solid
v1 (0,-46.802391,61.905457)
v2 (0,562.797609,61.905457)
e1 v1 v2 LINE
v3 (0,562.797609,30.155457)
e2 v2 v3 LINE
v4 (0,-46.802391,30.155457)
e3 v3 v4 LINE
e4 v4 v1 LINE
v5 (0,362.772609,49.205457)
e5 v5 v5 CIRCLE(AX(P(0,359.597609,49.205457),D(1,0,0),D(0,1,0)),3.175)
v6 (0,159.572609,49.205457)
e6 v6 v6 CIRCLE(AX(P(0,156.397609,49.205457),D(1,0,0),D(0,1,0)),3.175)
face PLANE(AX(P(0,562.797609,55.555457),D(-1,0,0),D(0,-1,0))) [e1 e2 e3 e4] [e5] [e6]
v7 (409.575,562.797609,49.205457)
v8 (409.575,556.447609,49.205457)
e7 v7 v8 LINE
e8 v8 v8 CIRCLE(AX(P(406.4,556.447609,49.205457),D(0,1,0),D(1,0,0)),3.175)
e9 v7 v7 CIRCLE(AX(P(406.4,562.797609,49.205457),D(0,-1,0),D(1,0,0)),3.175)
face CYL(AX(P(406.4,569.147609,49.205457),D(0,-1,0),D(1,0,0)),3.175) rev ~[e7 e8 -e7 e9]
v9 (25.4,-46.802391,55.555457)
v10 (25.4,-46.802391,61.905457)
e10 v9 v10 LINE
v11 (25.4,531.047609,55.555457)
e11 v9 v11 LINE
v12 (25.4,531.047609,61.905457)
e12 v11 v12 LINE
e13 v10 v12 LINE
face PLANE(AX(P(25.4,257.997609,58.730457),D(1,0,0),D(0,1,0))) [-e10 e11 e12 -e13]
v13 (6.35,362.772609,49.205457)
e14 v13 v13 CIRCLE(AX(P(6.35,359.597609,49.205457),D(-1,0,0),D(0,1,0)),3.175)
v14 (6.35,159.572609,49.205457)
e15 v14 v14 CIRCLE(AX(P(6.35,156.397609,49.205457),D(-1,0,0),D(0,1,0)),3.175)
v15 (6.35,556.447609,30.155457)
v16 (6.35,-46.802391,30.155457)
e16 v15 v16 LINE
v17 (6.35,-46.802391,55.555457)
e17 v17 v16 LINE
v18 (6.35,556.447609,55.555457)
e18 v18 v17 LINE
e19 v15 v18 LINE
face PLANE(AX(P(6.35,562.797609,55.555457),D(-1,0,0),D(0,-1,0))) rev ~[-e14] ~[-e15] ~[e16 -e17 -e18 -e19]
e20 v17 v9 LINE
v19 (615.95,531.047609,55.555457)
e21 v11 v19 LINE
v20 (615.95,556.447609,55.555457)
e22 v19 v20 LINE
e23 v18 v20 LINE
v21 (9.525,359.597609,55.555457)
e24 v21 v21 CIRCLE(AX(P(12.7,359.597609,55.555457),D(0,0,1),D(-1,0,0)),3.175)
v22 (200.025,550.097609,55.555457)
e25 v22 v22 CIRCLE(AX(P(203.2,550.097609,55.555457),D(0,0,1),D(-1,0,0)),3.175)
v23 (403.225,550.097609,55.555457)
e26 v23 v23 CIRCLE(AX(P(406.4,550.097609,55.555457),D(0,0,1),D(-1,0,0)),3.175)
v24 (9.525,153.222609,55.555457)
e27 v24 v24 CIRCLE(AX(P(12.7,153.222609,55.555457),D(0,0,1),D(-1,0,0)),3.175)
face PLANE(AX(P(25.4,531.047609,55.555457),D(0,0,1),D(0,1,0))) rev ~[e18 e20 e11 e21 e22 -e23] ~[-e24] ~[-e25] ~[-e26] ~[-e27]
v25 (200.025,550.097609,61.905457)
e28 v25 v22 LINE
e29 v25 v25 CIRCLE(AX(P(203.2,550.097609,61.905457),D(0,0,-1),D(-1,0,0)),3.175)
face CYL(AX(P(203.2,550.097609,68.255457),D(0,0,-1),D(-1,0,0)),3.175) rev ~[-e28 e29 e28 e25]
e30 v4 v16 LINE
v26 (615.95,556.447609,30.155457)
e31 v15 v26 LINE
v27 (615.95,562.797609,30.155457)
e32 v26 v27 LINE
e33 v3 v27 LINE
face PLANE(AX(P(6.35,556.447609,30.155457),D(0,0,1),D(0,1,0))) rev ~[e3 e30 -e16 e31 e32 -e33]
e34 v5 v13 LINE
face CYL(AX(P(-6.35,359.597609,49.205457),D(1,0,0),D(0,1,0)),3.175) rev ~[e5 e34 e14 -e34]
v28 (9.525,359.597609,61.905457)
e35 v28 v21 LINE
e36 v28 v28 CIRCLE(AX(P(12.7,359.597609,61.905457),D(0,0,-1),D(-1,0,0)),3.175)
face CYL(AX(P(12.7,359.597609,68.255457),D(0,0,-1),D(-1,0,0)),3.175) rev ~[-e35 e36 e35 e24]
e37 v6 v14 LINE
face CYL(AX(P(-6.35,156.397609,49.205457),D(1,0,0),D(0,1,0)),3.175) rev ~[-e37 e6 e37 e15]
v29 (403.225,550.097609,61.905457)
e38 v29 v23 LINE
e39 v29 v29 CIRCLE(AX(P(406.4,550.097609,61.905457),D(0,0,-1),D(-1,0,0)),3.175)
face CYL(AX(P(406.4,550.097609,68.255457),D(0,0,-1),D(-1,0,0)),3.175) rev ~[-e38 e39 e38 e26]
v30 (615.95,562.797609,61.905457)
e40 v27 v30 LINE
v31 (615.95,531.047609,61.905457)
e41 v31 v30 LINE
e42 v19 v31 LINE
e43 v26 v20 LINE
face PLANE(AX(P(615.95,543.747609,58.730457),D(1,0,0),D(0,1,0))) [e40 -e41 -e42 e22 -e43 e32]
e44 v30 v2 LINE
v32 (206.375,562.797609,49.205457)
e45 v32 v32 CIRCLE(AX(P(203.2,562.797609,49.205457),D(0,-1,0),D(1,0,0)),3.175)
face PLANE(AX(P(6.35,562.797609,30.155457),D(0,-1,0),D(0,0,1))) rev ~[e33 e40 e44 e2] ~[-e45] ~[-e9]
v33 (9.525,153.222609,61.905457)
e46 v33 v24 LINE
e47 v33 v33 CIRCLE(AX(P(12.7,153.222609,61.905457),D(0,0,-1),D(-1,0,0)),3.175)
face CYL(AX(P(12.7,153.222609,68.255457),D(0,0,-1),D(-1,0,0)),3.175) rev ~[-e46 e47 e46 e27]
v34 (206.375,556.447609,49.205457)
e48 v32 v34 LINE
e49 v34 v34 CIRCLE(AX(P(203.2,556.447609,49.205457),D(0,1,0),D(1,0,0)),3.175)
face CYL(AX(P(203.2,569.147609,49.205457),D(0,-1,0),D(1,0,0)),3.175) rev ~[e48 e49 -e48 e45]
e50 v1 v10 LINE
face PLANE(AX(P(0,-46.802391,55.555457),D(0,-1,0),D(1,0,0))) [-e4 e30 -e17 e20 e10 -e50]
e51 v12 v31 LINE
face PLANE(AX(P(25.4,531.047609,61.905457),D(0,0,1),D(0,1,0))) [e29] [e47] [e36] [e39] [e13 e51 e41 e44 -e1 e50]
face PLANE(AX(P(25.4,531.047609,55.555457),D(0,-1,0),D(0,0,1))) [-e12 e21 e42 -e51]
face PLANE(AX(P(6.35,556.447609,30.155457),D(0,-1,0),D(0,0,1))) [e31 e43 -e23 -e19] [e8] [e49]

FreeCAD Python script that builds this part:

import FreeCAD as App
import Part
import Sketcher
from FreeCAD import Vector
Q = App.Units.Quantity


def add_polygon(sketch, points):
    """Adds a closed chain of lines whose ends are joined by coincident constraints."""
    first, n = sketch.GeometryCount, len(points)
    for a, b in zip(points, points[1:] + points[:1]):
        sketch.addGeometry(Part.LineSegment(App.Vector(*a, 0), App.Vector(*b, 0)), False)
    for i in range(n):
        sketch.addConstraint(Sketcher.Constraint("Coincident", first + i, 2, first + (i + 1) % n, 1))

doc = App.newDocument("Part")
body = doc.addObject("PartDesign::Body", "Body")

sketch1 = body.newObject("Sketcher::SketchObject", "Sketch")
sketch1.AttachmentSupport = (doc.getObject("YZ_Plane"), [""])
sketch1.MapMode = "FlatFace"
add_polygon(sketch1, [(-47, 62), (-47, 56), (563, 56), (563, 62)])
sketch1.addConstraint(Sketcher.Constraint("Vertical", 0))
sketch1.addConstraint(Sketcher.Constraint("Horizontal", 1))
sketch1.addConstraint(Sketcher.Constraint("Vertical", 2))
sketch1.addConstraint(Sketcher.Constraint("Horizontal", 3))
sketch1.addConstraint(Sketcher.Constraint("DistanceX", 1, 1, 1, 2, Q("24 in")))
sketch1.addConstraint(Sketcher.Constraint("DistanceY", 0, 2, 0, 1, Q("0.25 in")))
sketch1.addConstraint(Sketcher.Constraint("DistanceX", 0, 2, -1, 1, Q("46.802391 mm")))
sketch1.addConstraint(Sketcher.Constraint("DistanceY", -1, 1, 0, 2, Q("55.555457 mm")))
pad1 = body.newObject("PartDesign::Pad", "Pad")
pad1.Profile = sketch1
pad1.Length = Q("1 in")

(TASK PROMPT): All that is needed is the exact run of lines above from the line containing "e14 v13 v13" through the line containing "v18 (6.35,556.447609,55.555457)", both of them included.

(REPLY TO THE EXERCISE):
e14 v13 v13 CIRCLE(AX(P(6.35,359.597609,49.205457),D(-1,0,0),D(0,1,0)),3.175)
v14 (6.35,159.572609,49.205457)
e15 v14 v14 CIRCLE(AX(P(6.35,156.397609,49.205457),D(-1,0,0),D(0,1,0)),3.175)
v15 (6.35,556.447609,30.155457)
v16 (6.35,-46.802391,30.155457)
e16 v15 v16 LINE
v17 (6.35,-46.802391,55.555457)
e17 v17 v16 LINE
v18 (6.35,556.447609,55.555457)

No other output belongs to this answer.